TASK PROMPT: Every line in the records below between the one holding "e42 v36 v12 LINE" and the one holding "v38 (106.372378,0,-10.478911)", inclusive, is to be set down exactly; all other lines are to be left out.

─── DATASET EXTRACT

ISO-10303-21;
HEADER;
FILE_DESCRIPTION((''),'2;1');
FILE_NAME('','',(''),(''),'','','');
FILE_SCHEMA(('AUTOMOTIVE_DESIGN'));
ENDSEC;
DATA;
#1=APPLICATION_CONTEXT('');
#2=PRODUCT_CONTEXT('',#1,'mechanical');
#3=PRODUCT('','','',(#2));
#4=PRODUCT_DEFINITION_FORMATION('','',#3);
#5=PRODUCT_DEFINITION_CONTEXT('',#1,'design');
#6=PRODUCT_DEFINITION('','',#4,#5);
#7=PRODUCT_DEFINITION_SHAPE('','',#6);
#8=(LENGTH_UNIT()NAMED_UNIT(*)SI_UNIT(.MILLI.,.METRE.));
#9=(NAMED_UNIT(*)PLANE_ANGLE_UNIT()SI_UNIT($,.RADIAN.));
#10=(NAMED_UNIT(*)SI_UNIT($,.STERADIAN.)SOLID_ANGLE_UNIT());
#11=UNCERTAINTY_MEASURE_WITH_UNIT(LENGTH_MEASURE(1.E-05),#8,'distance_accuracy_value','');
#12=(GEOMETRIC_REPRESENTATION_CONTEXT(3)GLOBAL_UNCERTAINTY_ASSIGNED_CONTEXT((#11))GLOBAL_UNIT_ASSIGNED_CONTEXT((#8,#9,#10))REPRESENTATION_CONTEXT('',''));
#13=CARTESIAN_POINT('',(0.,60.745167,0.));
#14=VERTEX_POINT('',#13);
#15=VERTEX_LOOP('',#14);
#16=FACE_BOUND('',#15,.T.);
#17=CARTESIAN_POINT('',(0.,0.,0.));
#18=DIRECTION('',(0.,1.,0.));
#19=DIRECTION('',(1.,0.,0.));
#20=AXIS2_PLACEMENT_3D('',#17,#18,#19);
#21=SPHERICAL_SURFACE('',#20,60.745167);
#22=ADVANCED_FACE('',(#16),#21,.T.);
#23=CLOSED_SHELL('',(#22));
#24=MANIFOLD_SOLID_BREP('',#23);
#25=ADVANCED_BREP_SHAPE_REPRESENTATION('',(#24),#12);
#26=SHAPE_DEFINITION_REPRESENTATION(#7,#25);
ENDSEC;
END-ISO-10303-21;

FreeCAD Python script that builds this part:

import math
import FreeCAD as App
import Part
import Sketcher
from FreeCAD import Vector

doc = App.newDocument("Part")
params = doc.addObject("Spreadsheet::Sheet", "Params")
for row, (alias, value) in enumerate([
    ("revolution_angle", "360 deg"),
], start=1):
    params.set(f"A{row}", alias)
    params.set(f"B{row}", "=" + value)
    params.setAlias(f"B{row}", alias)

body = doc.addObject("PartDesign::Body", "Body")

# Sketch on XY plane
sketch1 = body.newObject("Sketcher::SketchObject", "Sketch")
sketch1.AttachmentSupport = (doc.getObject("XY_Plane"), [""])
sketch1.MapMode = "FlatFace"
sketch1.addGeometry(Part.LineSegment(Vector(0, -61, 0), Vector(0, 61, 0)), False)
sketch1.addGeometry(Part.ArcOfCircle(Part.Circle(Vector(0, 0, 0), Vector(0, 0, 1), 61), math.radians(90), math.radians(270)), False)
sketch1.addConstraint(Sketcher.Constraint("Coincident", 0, 1, 1, 2))
sketch1.addConstraint(Sketcher.Constraint("Coincident", 1, 1, 0, 2))
sketch1.addConstraint(Sketcher.Constraint("Vertical", 0))
sketch1.addConstraint(Sketcher.Constraint("Coincident", 1, 3, -1, 1))
sketch1.addConstraint(Sketcher.Constraint("PointOnObject", 0, 1, -2))
sketch1.addConstraint(Sketcher.Constraint("Radius", 1, 60.745167))
revolution = body.newObject("PartDesign::Revolution", "Revolution")
revolution.Profile = sketch1
revolution.ReferenceAxis = (sketch1, ["V_Axis"])
revolution.setExpression("Angle", "Params.revolution_angle")

doc.recompute()
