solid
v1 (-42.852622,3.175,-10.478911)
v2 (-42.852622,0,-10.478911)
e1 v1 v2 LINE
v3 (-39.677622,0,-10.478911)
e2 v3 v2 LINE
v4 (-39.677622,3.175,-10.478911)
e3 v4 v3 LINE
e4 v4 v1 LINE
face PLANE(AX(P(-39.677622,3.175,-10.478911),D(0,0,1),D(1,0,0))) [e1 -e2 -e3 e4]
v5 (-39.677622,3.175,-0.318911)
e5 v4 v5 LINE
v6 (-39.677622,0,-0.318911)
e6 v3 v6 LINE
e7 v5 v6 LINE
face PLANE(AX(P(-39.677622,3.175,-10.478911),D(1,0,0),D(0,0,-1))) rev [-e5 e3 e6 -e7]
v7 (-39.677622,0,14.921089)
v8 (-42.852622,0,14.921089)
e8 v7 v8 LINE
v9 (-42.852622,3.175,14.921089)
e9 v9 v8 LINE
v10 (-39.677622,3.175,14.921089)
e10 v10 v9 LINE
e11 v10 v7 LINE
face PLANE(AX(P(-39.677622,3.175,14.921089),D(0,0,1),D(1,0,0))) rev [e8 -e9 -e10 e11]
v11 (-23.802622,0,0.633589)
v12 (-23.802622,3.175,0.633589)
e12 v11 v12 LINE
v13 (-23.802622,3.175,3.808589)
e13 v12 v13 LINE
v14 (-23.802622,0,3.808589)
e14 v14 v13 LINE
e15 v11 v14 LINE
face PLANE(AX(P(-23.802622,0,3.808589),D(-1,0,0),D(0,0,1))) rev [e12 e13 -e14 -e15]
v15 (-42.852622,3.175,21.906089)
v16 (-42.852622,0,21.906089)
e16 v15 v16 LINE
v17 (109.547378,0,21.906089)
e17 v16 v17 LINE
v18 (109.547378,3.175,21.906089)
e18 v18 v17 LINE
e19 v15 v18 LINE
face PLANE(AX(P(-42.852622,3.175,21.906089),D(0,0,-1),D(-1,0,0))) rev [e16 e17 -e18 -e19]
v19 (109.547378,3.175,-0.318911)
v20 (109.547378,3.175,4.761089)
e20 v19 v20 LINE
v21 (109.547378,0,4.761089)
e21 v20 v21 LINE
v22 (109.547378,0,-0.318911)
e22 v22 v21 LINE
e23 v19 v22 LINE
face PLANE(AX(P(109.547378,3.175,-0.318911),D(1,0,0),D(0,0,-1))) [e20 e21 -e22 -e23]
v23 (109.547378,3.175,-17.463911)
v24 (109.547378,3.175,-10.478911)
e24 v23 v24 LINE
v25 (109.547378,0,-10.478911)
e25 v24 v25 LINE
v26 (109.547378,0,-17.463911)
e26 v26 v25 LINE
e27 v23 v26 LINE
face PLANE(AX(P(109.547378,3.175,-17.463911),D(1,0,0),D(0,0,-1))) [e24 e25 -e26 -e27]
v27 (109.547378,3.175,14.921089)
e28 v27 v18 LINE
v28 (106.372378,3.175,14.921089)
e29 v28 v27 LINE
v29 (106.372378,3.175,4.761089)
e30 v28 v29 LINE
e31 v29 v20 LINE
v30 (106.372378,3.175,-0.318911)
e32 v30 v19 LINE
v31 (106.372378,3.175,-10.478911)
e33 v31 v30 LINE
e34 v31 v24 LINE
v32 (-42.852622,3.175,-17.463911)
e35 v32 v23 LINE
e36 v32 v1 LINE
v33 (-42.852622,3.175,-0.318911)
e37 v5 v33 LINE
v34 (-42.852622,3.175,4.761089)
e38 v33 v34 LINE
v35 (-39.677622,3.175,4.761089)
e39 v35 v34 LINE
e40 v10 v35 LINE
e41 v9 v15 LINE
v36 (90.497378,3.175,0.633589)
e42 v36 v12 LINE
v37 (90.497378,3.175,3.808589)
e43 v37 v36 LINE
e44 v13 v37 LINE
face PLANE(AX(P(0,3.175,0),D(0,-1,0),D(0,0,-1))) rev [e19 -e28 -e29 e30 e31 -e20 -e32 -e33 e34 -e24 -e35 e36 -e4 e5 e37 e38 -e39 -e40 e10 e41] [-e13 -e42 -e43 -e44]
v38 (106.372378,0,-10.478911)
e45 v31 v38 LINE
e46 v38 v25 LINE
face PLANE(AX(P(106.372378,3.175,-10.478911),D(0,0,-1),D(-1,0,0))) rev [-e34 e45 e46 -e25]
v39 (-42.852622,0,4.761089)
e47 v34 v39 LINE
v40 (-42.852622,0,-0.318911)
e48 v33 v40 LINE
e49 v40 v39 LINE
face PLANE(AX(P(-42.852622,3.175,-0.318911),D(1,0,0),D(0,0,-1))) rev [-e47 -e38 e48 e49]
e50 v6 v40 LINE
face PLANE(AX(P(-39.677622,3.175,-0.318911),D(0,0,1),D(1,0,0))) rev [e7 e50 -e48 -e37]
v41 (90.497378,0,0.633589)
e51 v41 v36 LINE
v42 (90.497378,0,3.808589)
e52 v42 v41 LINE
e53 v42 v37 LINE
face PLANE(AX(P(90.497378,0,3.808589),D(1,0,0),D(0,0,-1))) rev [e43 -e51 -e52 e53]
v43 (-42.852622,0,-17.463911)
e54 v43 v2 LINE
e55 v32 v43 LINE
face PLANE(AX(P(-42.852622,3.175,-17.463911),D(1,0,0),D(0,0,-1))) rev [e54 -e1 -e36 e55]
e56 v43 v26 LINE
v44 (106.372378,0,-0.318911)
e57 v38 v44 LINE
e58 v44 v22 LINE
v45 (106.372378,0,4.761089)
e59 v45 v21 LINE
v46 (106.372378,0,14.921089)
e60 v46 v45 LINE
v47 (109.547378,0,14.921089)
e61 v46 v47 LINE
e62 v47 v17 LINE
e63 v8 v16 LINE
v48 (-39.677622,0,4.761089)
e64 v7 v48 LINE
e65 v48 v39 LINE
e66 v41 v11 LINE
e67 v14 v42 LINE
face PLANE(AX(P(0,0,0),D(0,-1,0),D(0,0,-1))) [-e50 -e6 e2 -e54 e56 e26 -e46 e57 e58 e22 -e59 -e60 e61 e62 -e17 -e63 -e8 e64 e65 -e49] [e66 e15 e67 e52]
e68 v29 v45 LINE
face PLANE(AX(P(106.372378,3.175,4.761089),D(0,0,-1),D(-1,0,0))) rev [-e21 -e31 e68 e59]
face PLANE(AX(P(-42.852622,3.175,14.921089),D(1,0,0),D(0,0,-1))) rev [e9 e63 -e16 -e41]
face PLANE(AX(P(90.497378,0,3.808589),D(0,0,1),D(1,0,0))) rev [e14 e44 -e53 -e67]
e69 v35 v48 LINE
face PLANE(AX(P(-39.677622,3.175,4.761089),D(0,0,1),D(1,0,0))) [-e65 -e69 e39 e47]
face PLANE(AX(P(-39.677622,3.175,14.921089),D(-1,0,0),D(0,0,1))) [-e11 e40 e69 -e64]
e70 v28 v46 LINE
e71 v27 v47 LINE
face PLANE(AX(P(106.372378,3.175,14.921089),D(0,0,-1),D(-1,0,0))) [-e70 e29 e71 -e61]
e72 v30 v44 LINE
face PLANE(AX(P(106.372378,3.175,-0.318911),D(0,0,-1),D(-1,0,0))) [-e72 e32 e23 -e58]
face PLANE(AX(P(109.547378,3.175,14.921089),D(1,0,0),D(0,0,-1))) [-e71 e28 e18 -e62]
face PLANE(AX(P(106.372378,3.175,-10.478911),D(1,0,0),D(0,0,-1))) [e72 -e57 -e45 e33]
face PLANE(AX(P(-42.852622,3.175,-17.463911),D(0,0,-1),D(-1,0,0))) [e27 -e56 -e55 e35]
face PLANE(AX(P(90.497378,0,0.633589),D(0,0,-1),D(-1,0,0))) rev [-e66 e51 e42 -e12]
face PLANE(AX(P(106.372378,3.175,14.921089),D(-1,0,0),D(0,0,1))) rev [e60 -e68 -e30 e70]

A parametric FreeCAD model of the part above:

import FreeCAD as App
import Part
import Sketcher

V = App.Vector
Q = App.Units.Quantity

doc = App.newDocument("Part")
body = doc.addObject("PartDesign::Body", "Body")

sketch1 = body.newObject("Sketcher::SketchObject", "Sketch")
sketch1.AttachmentSupport = (doc.getObject("XZ_Plane"), [""])
sketch1.MapMode = "FlatFace"
sketch1.addGeometry([
    Part.LineSegment(V(109.547378, -17.463911, 0), V(-42.852622, -17.463911, 0)),
    Part.LineSegment(V(-42.852622, -17.463911, 0), V(-42.852622, -10.478911, 0)),
    Part.LineSegment(V(-42.852622, -10.478911, 0), V(-39.677622, -10.478911, 0)),
    Part.LineSegment(V(-39.677622, -10.478911, 0), V(-39.677622, -0.318911, 0)),
    Part.LineSegment(V(-39.677622, -0.318911, 0), V(-42.852622, -0.318911, 0)),
    Part.LineSegment(V(-42.852622, -0.318911, 0), V(-42.852622, 4.761089, 0)),
    Part.LineSegment(V(-42.852622, 4.761089, 0), V(-39.677622, 4.761089, 0)),
    Part.LineSegment(V(-39.677622, 4.761089, 0), V(-39.677622, 14.921089, 0)),
    Part.LineSegment(V(-39.677622, 14.921089, 0), V(-42.852622, 14.921089, 0)),
    Part.LineSegment(V(-42.852622, 14.921089, 0), V(-42.852622, 21.906089, 0)),
    Part.LineSegment(V(-42.852622, 21.906089, 0), V(109.547378, 21.906089, 0)),
    Part.LineSegment(V(109.547378, 21.906089, 0), V(109.547378, 14.921089, 0)),
    Part.LineSegment(V(109.547378, 14.921089, 0), V(106.372378, 14.921089, 0)),
    Part.LineSegment(V(106.372378, 14.921089, 0), V(106.372378, 4.761089, 0)),
    Part.LineSegment(V(106.372378, 4.761089, 0), V(109.547378, 4.761089, 0)),
    Part.LineSegment(V(109.547378, 4.761089, 0), V(109.547378, -0.318911, 0)),
    Part.LineSegment(V(109.547378, -0.318911, 0), V(106.372378, -0.318911, 0)),
    Part.LineSegment(V(106.372378, -0.318911, 0), V(106.372378, -10.478911, 0)),
    Part.LineSegment(V(106.372378, -10.478911, 0), V(109.547378, -10.478911, 0)),
    Part.LineSegment(V(109.547378, -10.478911, 0), V(109.547378, -17.463911, 0)),
], False)
sketch1.addConstraint([
    Sketcher.Constraint("Coincident", 0, 2, 1, 1),
    Sketcher.Constraint("Coincident", 1, 2, 2, 1),
    Sketcher.Constraint("Coincident", 2, 2, 3, 1),
    Sketcher.Constraint("Coincident", 3, 2, 4, 1),
    Sketcher.Constraint("Coincident", 4, 2, 5, 1),
    Sketcher.Constraint("Coincident", 5, 2, 6, 1),
    Sketcher.Constraint("Coincident", 6, 2, 7, 1),
    Sketcher.Constraint("Coincident", 7, 2, 8, 1),
    Sketcher.Constraint("Coincident", 8, 2, 9, 1),
    Sketcher.Constraint("Coincident", 9, 2, 10, 1),
    Sketcher.Constraint("Coincident", 10, 2, 11, 1),
    Sketcher.Constraint("Coincident", 11, 2, 12, 1),
    Sketcher.Constraint("Coincident", 12, 2, 13, 1),
    Sketcher.Constraint("Coincident", 13, 2, 14, 1),
    Sketcher.Constraint("Coincident", 14, 2, 15, 1),
    Sketcher.Constraint("Coincident", 15, 2, 16, 1),
    Sketcher.Constraint("Coincident", 16, 2, 17, 1),
    Sketcher.Constraint("Coincident", 17, 2, 18, 1),
    Sketcher.Constraint("Coincident", 18, 2, 19, 1),
    Sketcher.Constraint("Coincident", 19, 2, 0, 1),
    Sketcher.Constraint("Horizontal", 0),
    Sketcher.Constraint("Vertical", 1),
    Sketcher.Constraint("Horizontal", 2),
    Sketcher.Constraint("Vertical", 3),
    Sketcher.Constraint("Horizontal", 4),
    Sketcher.Constraint("Vertical", 5),
    Sketcher.Constraint("Horizontal", 6),
    Sketcher.Constraint("Vertical", 7),
    Sketcher.Constraint("Horizontal", 8),
    Sketcher.Constraint("Vertical", 9),
    Sketcher.Constraint("Horizontal", 10),
    Sketcher.Constraint("Vertical", 11),
    Sketcher.Constraint("Horizontal", 12),
    Sketcher.Constraint("Vertical", 13),
    Sketcher.Constraint("Horizontal", 14),
    Sketcher.Constraint("Vertical", 15),
    Sketcher.Constraint("Horizontal", 16),
    Sketcher.Constraint("Vertical", 17),
    Sketcher.Constraint("Horizontal", 18),
    Sketcher.Constraint("Vertical", 19),
    Sketcher.Constraint("Horizontal", 8, 2, 11, 2),
    Sketcher.Constraint("Horizontal", 6, 2, 13, 2),
    Sketcher.Constraint("Horizontal", 4, 2, 15, 2),
    Sketcher.Constraint("Horizontal", 2, 2, 17, 2),
    Sketcher.Constraint("Vertical", 1, 2, 4, 2),
    Sketcher.Constraint("Vertical", 3, 2, 6, 2),
    Sketcher.Constraint("Vertical", 5, 2, 8, 2),
    Sketcher.Constraint("Vertical", 11, 2, 14, 2),
    Sketcher.Constraint("Vertical", 13, 2, 16, 2),
    Sketcher.Constraint("Vertical", 15, 2, 18, 2),
    Sketcher.Constraint("Equal", 8, 12),
    Sketcher.Constraint("Equal", 3, 7),
    Sketcher.Constraint("Equal", 1, 9),
    Sketcher.Constraint("DistanceX", 0, 2, 0, 1, Q("6 in")),
    Sketcher.Constraint("DistanceY", 3, 1, 3, 2, Q("0.4 in")),
    Sketcher.Constraint("DistanceY", 5, 1, 5, 2, Q("0.2 in")),
    Sketcher.Constraint("DistanceX", 2, 1, 2, 2, Q("0.125 in")),
    Sketcher.Constraint("DistanceY", 1, 1, 1, 2, Q("0.275 in")),
    Sketcher.Constraint("DistanceY", 0, 2, -1, 1, Q("17.463911 mm")),
    Sketcher.Constraint("DistanceX", 0, 2, -1, 1, Q("42.852622 mm")),
])
pad1 = body.newObject("PartDesign::Pad", "Pad")
pad1.Profile = sketch1
pad1.Length = Q("0.125 in")
pad1.Reversed = True

sketch2 = body.newObject("Sketcher::SketchObject", "Sketch001")
sketch2.AttachmentSupport = (doc.getObject("XZ_Plane"), [""])
sketch2.MapMode = "FlatFace"
sketch2.AttachmentOffset = App.Placement(V(0, 0, -0.125 * 25.4), App.Rotation())
sketch2.addGeometry([
    Part.LineSegment(V(-23.802622, 0.633589, 0), V(-23.802622, 3.808589, 0)),
    Part.LineSegment(V(-23.802622, 3.808589, 0), V(90.497378, 3.808589, 0)),
    Part.LineSegment(V(90.497378, 3.808589, 0), V(90.497378, 0.633589, 0)),
    Part.LineSegment(V(90.497378, 0.633589, 0), V(-23.802622, 0.633589, 0)),
], False)
sketch2.addConstraint([
    Sketcher.Constraint("Coincident", 0, 2, 1, 1),
    Sketcher.Constraint("Coincident", 1, 2, 2, 1),
    Sketcher.Constraint("Coincident", 2, 2, 3, 1),
    Sketcher.Constraint("Coincident", 3, 2, 0, 1),
    Sketcher.Constraint("Vertical", 0),
    Sketcher.Constraint("Horizontal", 1),
    Sketcher.Constraint("Vertical", 2),
    Sketcher.Constraint("Horizontal", 3),
    Sketcher.Constraint("DistanceX", 1, 1, 1, 2, Q("4.5 in")),
    Sketcher.Constraint("DistanceY", 0, 1, 0, 2, Q("0.125 in")),
    Sketcher.Constraint("DistanceY", -1, 1, 0, 2, Q("3.808589 mm")),
    Sketcher.Constraint("DistanceX", 0, 2, -1, 1, Q("23.802622 mm")),
])
pocket1 = body.newObject("PartDesign::Pocket", "Pocket")
pocket1.Profile = sketch2
pocket1.Type = "ThroughAll"
pocket1.Reversed = True

doc.recompute()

──────

THE COMPLETED TASK:
e42 v36 v12 LINE
v37 (90.497378,3.175,3.808589)
e43 v37 v36 LINE
e44 v13 v37 LINE
face PLANE(AX(P(0,3.175,0),D(0,-1,0),D(0,0,-1))) rev [e19 -e28 -e29 e30 e31 -e20 -e32 -e33 e34 -e24 -e35 e36 -e4 e5 e37 e38 -e39 -e40 e10 e41] [-e13 -e42 -e43 -e44]
v38 (106.372378,0,-10.478911)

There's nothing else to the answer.